Video Transcript
Line 𝐴𝐶 is tangent to a circle of center 𝑀 at the point 𝐴. Given that 𝐵𝑀 equals 55 centimeters and 𝐴𝐶 equals 96 centimeters, what is 𝐵𝐶?
We can begin by labeling our diagram with the information we know. 𝐴𝐶 equals 96 centimeters. 𝐵𝑀 equals 55 centimeters. Since point 𝑀 is the center of the circle and 𝐵 is on the outside of the circle, we know that 𝐵𝑀 is a radius of this circle. From 𝑀 to 𝐴 would be an additional radius of this circle, which makes 𝑀𝐴 also 55 centimeters. The unknown we’re looking for is segment 𝐵𝐶. Let’s label that as 𝑥 centimeters.

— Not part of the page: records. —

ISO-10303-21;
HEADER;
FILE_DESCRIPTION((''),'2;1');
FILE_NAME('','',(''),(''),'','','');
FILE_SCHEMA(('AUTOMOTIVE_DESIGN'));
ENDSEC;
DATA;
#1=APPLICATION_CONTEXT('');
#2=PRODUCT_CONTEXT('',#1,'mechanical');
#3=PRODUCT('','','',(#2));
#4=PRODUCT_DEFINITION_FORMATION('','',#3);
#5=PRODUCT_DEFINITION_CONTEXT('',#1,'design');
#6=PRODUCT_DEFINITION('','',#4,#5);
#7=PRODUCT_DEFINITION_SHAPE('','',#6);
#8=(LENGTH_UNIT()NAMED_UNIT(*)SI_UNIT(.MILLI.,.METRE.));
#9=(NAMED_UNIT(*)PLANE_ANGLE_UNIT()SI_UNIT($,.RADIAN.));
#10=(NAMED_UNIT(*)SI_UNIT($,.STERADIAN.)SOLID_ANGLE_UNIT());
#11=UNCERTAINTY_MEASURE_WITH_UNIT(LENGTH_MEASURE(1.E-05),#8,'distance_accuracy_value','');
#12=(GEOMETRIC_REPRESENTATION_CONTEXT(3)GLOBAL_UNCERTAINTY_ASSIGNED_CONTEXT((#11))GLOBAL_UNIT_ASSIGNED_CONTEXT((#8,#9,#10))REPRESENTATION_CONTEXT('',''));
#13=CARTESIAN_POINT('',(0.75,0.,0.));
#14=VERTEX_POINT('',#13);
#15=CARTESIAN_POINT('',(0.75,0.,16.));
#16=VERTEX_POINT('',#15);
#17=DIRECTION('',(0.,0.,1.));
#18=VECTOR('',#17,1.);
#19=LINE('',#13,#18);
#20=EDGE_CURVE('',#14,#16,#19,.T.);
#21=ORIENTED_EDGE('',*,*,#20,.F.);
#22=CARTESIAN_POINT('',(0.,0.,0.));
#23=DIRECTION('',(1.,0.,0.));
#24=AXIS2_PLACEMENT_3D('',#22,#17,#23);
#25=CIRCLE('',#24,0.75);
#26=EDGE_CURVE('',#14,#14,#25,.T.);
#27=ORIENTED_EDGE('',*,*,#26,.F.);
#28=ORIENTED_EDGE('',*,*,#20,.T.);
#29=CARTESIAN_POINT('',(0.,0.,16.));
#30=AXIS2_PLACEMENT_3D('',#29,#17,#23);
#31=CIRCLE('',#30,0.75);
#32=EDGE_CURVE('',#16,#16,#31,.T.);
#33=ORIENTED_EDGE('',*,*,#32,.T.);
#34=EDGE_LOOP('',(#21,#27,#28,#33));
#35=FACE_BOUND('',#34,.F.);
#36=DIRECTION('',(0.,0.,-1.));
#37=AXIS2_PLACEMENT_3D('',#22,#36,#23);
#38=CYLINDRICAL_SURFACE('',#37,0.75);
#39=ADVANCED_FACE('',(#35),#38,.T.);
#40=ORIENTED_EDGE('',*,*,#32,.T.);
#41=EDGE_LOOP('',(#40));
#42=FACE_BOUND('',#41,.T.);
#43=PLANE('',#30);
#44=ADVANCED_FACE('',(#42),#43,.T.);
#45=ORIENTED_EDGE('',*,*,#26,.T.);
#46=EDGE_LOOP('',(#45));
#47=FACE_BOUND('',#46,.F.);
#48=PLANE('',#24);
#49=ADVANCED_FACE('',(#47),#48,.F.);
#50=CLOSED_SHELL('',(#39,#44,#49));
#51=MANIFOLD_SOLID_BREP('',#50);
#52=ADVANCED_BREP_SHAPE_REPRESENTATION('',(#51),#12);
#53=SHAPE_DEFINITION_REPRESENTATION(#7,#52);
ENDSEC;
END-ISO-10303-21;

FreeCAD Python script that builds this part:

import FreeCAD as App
import Part
import Sketcher

V = App.Vector
Q = App.Units.Quantity

doc = App.newDocument("Part")
body = doc.addObject("PartDesign::Body", "Body")

# Sketch on XY plane
sketch1 = body.newObject("Sketcher::SketchObject", "Sketch")
sketch1.AttachmentSupport = (doc.getObject("XY_Plane"), [""])
sketch1.MapMode = "FlatFace"
sketch1.addGeometry(Part.Circle(V(0, 0, 0), V(0, 0, 1), 0.8), False)
sketch1.addConstraint([
    Sketcher.Constraint("Coincident", 0, 3, -1, 1),
    Sketcher.Constraint("Diameter", 0, Q("1.5 mm")),
])
pad1 = body.newObject("PartDesign::Pad", "Pad")
pad1.Profile = sketch1
pad1.Length = 16

doc.recompute()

The key to solving this is recognizing that line 𝐴𝐶 is a tangent to our circle. And a radius and a tangent are perpendicular if they intersect at the point of tangency. 𝑀𝐴 intersects line 𝐴𝐶 at the point of tangency, point 𝐴. Therefore, angle 𝐵𝐴𝐶 equals 90 degrees. And 𝐴𝐵𝐶 is a right triangle. We can find the length of 𝐵𝐶 using the Pythagorean theorem. Our unknown value 𝑥 is the hypotenuse. So we can say 𝑥 squared equals 96 squared plus 110 squared. Remember, we need the distance from 𝐵 to 𝐴, which means we’ll have to add 55 plus 55 to get 110 here.

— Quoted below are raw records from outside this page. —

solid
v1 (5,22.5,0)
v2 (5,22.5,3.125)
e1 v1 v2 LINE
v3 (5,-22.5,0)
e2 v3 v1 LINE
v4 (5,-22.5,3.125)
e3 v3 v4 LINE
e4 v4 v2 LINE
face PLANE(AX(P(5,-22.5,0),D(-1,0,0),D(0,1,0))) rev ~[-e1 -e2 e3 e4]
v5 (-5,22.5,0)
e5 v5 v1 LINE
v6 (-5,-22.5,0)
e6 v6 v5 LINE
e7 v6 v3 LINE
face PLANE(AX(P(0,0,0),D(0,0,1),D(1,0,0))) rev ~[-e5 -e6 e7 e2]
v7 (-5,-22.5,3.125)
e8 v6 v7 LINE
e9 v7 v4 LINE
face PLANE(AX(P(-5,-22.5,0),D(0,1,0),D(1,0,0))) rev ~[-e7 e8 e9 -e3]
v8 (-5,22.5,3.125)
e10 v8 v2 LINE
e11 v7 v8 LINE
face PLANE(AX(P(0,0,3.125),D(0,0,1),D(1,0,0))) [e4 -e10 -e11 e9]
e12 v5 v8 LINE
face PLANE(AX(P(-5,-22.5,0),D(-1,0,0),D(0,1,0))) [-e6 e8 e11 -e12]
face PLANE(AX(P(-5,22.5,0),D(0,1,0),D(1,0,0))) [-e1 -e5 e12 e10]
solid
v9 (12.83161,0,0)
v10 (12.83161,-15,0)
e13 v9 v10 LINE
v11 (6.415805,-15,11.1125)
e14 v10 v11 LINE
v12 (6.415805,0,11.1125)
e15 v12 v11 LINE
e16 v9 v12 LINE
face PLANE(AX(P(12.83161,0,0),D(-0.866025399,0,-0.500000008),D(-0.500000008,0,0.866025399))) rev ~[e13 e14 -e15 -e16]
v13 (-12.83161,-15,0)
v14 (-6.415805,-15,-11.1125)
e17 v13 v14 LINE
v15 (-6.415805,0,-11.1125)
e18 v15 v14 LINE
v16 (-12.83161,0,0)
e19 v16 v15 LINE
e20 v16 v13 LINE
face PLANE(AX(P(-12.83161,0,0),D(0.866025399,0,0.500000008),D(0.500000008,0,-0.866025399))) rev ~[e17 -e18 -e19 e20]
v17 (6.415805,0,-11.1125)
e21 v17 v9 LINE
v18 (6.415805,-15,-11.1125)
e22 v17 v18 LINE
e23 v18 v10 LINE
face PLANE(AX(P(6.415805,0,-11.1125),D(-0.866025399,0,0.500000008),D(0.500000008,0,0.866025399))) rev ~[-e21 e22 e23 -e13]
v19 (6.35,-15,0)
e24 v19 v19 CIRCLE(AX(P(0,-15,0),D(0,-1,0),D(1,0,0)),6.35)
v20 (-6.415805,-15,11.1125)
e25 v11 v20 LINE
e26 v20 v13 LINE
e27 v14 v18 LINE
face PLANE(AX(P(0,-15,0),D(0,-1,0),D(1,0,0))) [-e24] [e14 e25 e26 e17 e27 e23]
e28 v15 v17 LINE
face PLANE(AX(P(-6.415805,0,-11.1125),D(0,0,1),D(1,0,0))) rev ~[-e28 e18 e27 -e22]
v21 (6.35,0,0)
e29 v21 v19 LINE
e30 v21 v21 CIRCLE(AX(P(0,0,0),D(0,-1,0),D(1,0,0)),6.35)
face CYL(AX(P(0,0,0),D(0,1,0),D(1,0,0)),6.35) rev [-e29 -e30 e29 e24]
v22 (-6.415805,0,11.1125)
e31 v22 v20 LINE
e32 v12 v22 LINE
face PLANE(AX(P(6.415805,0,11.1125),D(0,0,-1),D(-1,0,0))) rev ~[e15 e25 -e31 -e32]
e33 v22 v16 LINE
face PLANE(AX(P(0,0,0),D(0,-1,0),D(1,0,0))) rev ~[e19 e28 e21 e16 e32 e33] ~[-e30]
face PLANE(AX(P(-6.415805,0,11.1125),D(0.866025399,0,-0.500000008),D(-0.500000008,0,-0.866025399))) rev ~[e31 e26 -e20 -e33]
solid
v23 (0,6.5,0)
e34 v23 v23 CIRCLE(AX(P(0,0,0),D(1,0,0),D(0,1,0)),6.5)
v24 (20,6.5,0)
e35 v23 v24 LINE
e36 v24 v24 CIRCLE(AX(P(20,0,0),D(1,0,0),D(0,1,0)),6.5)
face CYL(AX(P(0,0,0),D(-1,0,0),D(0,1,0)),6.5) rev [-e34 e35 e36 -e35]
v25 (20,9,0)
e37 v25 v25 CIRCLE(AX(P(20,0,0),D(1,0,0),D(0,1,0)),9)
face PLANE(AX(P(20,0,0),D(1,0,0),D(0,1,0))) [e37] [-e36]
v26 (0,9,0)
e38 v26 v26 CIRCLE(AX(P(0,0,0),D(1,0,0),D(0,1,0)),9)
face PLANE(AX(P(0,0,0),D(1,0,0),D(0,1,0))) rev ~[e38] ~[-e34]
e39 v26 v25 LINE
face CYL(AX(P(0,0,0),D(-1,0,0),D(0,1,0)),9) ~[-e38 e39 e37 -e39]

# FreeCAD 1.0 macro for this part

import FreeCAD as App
import Part
import Sketcher
Q = App.Units.Quantity


def add_polygon(sketch, points):
    """Adds a closed chain of lines whose ends are joined by coincident constraints."""
    first, n = sketch.GeometryCount, len(points)
    for a, b in zip(points, points[1:] + points[:1]):
        sketch.addGeometry(Part.LineSegment(App.Vector(*a, 0), App.Vector(*b, 0)), False)
    for i in range(n):
        sketch.addConstraint(Sketcher.Constraint("Coincident", first + i, 2, first + (i + 1) % n, 1))

doc = App.newDocument("Part")
body = doc.addObject("PartDesign::Body", "Body")

sketch1 = doc.addObject("Sketcher::SketchObject", "Sketch")
body.addObject(sketch1)
sketch1.AttachmentSupport = (doc.XZ_Plane, [""])
sketch1.MapMode = "FlatFace"
add_polygon(sketch1, [(6, 11), (-6, 11), (-13, 0), (-6, -11), (6, -11), (13, 0)])
sketch1.addGeometry(Part.Circle(App.Vector(0, 0, 0), App.Vector(0, 0, 1), 6), False)
sketch1.addConstraint(Sketcher.Constraint("Horizontal", 0))
sketch1.addConstraint(Sketcher.Constraint("Horizontal", 3))
sketch1.addConstraint(Sketcher.Constraint("Coincident", 6, 3, -1, 1))
sketch1.addConstraint(Sketcher.Constraint("Symmetric", 0, 2, 3, 2, -1, 1))
sketch1.addConstraint(Sketcher.Constraint("Symmetric", 1, 2, 4, 2, -1, 1))
sketch1.addConstraint(Sketcher.Constraint("PointOnObject", 1, 2, -1))
sketch1.addConstraint(Sketcher.Constraint("Parallel", 2, 5))
sketch1.addConstraint(Sketcher.Constraint("Vertical", 0, 2, 2, 2))
sketch1.addConstraint(Sketcher.Constraint("Diameter", 6, 12.7))
sketch1.addConstraint(Sketcher.Constraint("Angle", 1, Q("-120.000001 deg")))
sketch1.addConstraint(Sketcher.Constraint("DistanceY", 2, 2, 0, 2, 22.225))
sketch1.addConstraint(Sketcher.Constraint("DistanceX", 0, 2, 0, 1, 12.83161))
pad1 = doc.addObject("PartDesign::Pad", "Pad")
body.addObject(pad1)
pad1.Profile = sketch1
pad1.Length = 15
body2 = doc.addObject("PartDesign::Body", "Body001")

sketch2 = doc.addObject("Sketcher::SketchObject", "Sketch001")
body2.addObject(sketch2)
sketch2.AttachmentSupport = (doc.getObject("YZ_Plane001"), [""])
sketch2.MapMode = "FlatFace"
sketch2.addGeometry(Part.Circle(App.Vector(0, 0, 0), App.Vector(0, 0, 1), 9), False)
sketch2.addGeometry(Part.Circle(App.Vector(0, 0, 0), App.Vector(0, 0, 1), 6), False)
sketch2.addConstraint(Sketcher.Constraint("Coincident", 0, 3, -1, 1))
sketch2.addConstraint(Sketcher.Constraint("Coincident", 1, 3, -1, 1))
sketch2.addConstraint(Sketcher.Constraint("Diameter", 0, 18.0))
sketch2.addConstraint(Sketcher.Constraint("Diameter", 1, 13.0))
pad2 = doc.addObject("PartDesign::Pad", "Pad001")
body2.addObject(pad2)
pad2.Profile = sketch2
pad2.Length = 20
body3 = doc.addObject("PartDesign::Body", "Body002")

sketch3 = doc.addObject("Sketcher::SketchObject", "Sketch002")
body3.addObject(sketch3)
sketch3.AttachmentSupport = (doc.getObject("XY_Plane002"), [""])
sketch3.MapMode = "FlatFace"
add_polygon(sketch3, [(-5, 22), (-5, -22), (5, -22), (5, 22)])
sketch3.addConstraint(Sketcher.Constraint("Vertical", 0))
sketch3.addConstraint(Sketcher.Constraint("Horizontal", 1))
sketch3.addConstraint(Sketcher.Constraint("Vertical", 2))
sketch3.addConstraint(Sketcher.Constraint("Horizontal", 3))
sketch3.addConstraint(Sketcher.Constraint("Symmetric", 0, 2, 2, 2, -1, 1))
sketch3.addConstraint(Sketcher.Constraint("DistanceX", 1, 1, 1, 2, 10.0))
sketch3.addConstraint(Sketcher.Constraint("DistanceY", 0, 2, 0, 1, 45.0))
pad3 = doc.addObject("PartDesign::Pad", "Pad002")
body3.addObject(pad3)
pad3.Profile = sketch3
pad3.Length = 3.125

doc.recompute()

96 squared plus 110 squared equals 21316. Taking the square root of both sides, we find that 𝑥 equals the square root of 21316, which is 146. Remember, this is a distance, so we’re only interested in the positive square root. Plugging that into our diagram, we see that the measure of 𝐵𝐶 equals 146 centimeters.